ASSIGNMENT:
From the data below, repeat exactly the lines from the line with "#222=EDGE_LOOP('',(#221));" to the line with "#230=VERTEX_POINT('',#229);", both included.

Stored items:
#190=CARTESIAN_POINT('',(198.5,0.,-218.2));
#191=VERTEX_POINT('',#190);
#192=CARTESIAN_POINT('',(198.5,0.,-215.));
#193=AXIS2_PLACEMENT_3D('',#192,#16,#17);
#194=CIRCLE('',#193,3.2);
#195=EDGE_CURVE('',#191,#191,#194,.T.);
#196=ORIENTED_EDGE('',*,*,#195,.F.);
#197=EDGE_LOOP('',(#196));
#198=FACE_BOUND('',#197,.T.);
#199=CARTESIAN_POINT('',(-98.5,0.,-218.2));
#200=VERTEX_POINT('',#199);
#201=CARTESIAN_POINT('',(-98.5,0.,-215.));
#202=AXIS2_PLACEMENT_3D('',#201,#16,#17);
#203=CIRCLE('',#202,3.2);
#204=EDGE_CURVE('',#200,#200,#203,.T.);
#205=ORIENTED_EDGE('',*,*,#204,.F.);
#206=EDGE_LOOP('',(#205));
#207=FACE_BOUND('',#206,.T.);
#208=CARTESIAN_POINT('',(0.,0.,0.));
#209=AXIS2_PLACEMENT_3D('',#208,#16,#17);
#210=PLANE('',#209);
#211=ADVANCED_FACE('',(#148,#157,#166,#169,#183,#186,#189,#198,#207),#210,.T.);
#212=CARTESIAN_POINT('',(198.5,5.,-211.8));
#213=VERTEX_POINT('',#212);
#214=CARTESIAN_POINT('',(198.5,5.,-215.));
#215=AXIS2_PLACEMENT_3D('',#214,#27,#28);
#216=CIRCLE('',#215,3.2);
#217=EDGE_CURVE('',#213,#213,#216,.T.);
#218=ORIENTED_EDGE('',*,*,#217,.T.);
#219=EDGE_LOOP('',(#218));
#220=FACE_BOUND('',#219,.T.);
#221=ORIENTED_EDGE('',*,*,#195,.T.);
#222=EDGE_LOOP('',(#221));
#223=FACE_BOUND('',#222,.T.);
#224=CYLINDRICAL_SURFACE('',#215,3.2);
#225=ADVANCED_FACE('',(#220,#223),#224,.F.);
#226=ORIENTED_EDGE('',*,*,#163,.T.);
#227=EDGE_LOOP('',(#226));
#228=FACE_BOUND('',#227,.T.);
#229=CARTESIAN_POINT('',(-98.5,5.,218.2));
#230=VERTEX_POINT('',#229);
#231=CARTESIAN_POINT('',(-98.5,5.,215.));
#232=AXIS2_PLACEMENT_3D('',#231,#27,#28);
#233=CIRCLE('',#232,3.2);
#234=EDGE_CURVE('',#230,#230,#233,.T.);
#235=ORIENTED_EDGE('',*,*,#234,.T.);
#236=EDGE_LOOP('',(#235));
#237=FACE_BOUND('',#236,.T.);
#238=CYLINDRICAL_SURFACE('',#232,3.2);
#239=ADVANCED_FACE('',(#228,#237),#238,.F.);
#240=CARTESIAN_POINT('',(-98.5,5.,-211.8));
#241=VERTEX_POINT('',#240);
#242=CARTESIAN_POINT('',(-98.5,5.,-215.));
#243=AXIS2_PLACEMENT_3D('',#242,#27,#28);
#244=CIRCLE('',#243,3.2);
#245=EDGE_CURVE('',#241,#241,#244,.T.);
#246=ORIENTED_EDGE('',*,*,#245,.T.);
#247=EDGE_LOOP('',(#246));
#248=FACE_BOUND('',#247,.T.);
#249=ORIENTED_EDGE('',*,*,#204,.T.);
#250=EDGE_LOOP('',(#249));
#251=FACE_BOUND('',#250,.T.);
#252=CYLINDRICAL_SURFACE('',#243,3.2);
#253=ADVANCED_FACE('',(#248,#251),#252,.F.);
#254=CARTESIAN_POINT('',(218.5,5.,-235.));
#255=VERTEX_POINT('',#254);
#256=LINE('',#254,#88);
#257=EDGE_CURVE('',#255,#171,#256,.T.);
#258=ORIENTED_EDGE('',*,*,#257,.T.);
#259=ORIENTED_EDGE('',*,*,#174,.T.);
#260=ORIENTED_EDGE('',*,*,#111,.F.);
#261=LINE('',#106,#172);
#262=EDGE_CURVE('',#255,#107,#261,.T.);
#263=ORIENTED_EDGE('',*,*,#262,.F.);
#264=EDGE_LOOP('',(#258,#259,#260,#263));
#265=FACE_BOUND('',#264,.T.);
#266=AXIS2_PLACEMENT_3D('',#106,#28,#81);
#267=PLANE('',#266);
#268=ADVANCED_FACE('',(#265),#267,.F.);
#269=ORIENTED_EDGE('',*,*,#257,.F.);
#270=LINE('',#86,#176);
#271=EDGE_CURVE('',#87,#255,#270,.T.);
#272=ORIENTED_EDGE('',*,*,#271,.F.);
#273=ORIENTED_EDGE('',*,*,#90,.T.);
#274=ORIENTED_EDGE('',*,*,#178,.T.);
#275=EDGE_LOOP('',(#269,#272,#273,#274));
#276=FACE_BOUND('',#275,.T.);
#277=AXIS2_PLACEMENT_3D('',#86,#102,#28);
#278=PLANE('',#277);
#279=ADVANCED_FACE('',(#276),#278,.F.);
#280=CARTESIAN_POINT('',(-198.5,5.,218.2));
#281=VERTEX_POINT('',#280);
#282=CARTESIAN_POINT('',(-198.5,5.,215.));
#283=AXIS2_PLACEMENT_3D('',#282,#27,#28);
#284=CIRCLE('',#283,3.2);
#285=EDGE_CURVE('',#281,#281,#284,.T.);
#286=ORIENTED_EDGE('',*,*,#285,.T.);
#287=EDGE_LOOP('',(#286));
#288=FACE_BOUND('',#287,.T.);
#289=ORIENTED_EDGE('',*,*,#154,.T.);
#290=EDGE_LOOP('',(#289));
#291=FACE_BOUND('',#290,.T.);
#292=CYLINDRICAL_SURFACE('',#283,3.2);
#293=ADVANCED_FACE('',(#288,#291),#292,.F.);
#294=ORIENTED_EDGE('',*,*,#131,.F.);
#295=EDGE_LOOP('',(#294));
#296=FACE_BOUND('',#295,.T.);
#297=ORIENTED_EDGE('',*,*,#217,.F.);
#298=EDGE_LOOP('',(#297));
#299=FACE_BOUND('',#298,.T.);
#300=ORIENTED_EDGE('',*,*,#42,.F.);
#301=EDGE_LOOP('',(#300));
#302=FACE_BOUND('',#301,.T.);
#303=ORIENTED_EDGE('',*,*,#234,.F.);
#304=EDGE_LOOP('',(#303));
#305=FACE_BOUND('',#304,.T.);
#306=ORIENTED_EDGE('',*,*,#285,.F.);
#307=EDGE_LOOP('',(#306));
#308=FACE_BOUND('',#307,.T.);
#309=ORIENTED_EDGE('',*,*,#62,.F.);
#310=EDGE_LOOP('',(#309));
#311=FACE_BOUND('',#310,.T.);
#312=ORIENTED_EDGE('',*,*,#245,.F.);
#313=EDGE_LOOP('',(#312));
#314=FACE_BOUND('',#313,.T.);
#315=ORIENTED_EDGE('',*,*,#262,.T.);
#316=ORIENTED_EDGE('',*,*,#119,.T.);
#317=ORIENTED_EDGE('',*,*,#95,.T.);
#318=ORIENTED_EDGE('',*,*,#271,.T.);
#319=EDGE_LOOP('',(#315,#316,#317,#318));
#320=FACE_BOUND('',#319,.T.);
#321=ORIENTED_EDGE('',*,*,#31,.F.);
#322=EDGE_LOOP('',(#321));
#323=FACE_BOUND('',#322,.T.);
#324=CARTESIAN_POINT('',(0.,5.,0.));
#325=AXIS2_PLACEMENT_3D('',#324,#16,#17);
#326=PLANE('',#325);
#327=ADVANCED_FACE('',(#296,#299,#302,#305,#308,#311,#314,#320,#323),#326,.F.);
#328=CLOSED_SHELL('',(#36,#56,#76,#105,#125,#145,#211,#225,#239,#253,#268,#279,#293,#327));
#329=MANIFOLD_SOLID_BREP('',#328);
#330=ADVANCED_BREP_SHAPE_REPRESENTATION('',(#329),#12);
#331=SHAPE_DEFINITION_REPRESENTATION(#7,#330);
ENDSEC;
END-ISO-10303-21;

EXPECTED OUTPUT:
#222=EDGE_LOOP('',(#221));
#223=FACE_BOUND('',#222,.T.);
#224=CYLINDRICAL_SURFACE('',#215,3.2);
#225=ADVANCED_FACE('',(#220,#223),#224,.F.);
#226=ORIENTED_EDGE('',*,*,#163,.T.);
#227=EDGE_LOOP('',(#226));
#228=FACE_BOUND('',#227,.T.);
#229=CARTESIAN_POINT('',(-98.5,5.,218.2));
#230=VERTEX_POINT('',#229);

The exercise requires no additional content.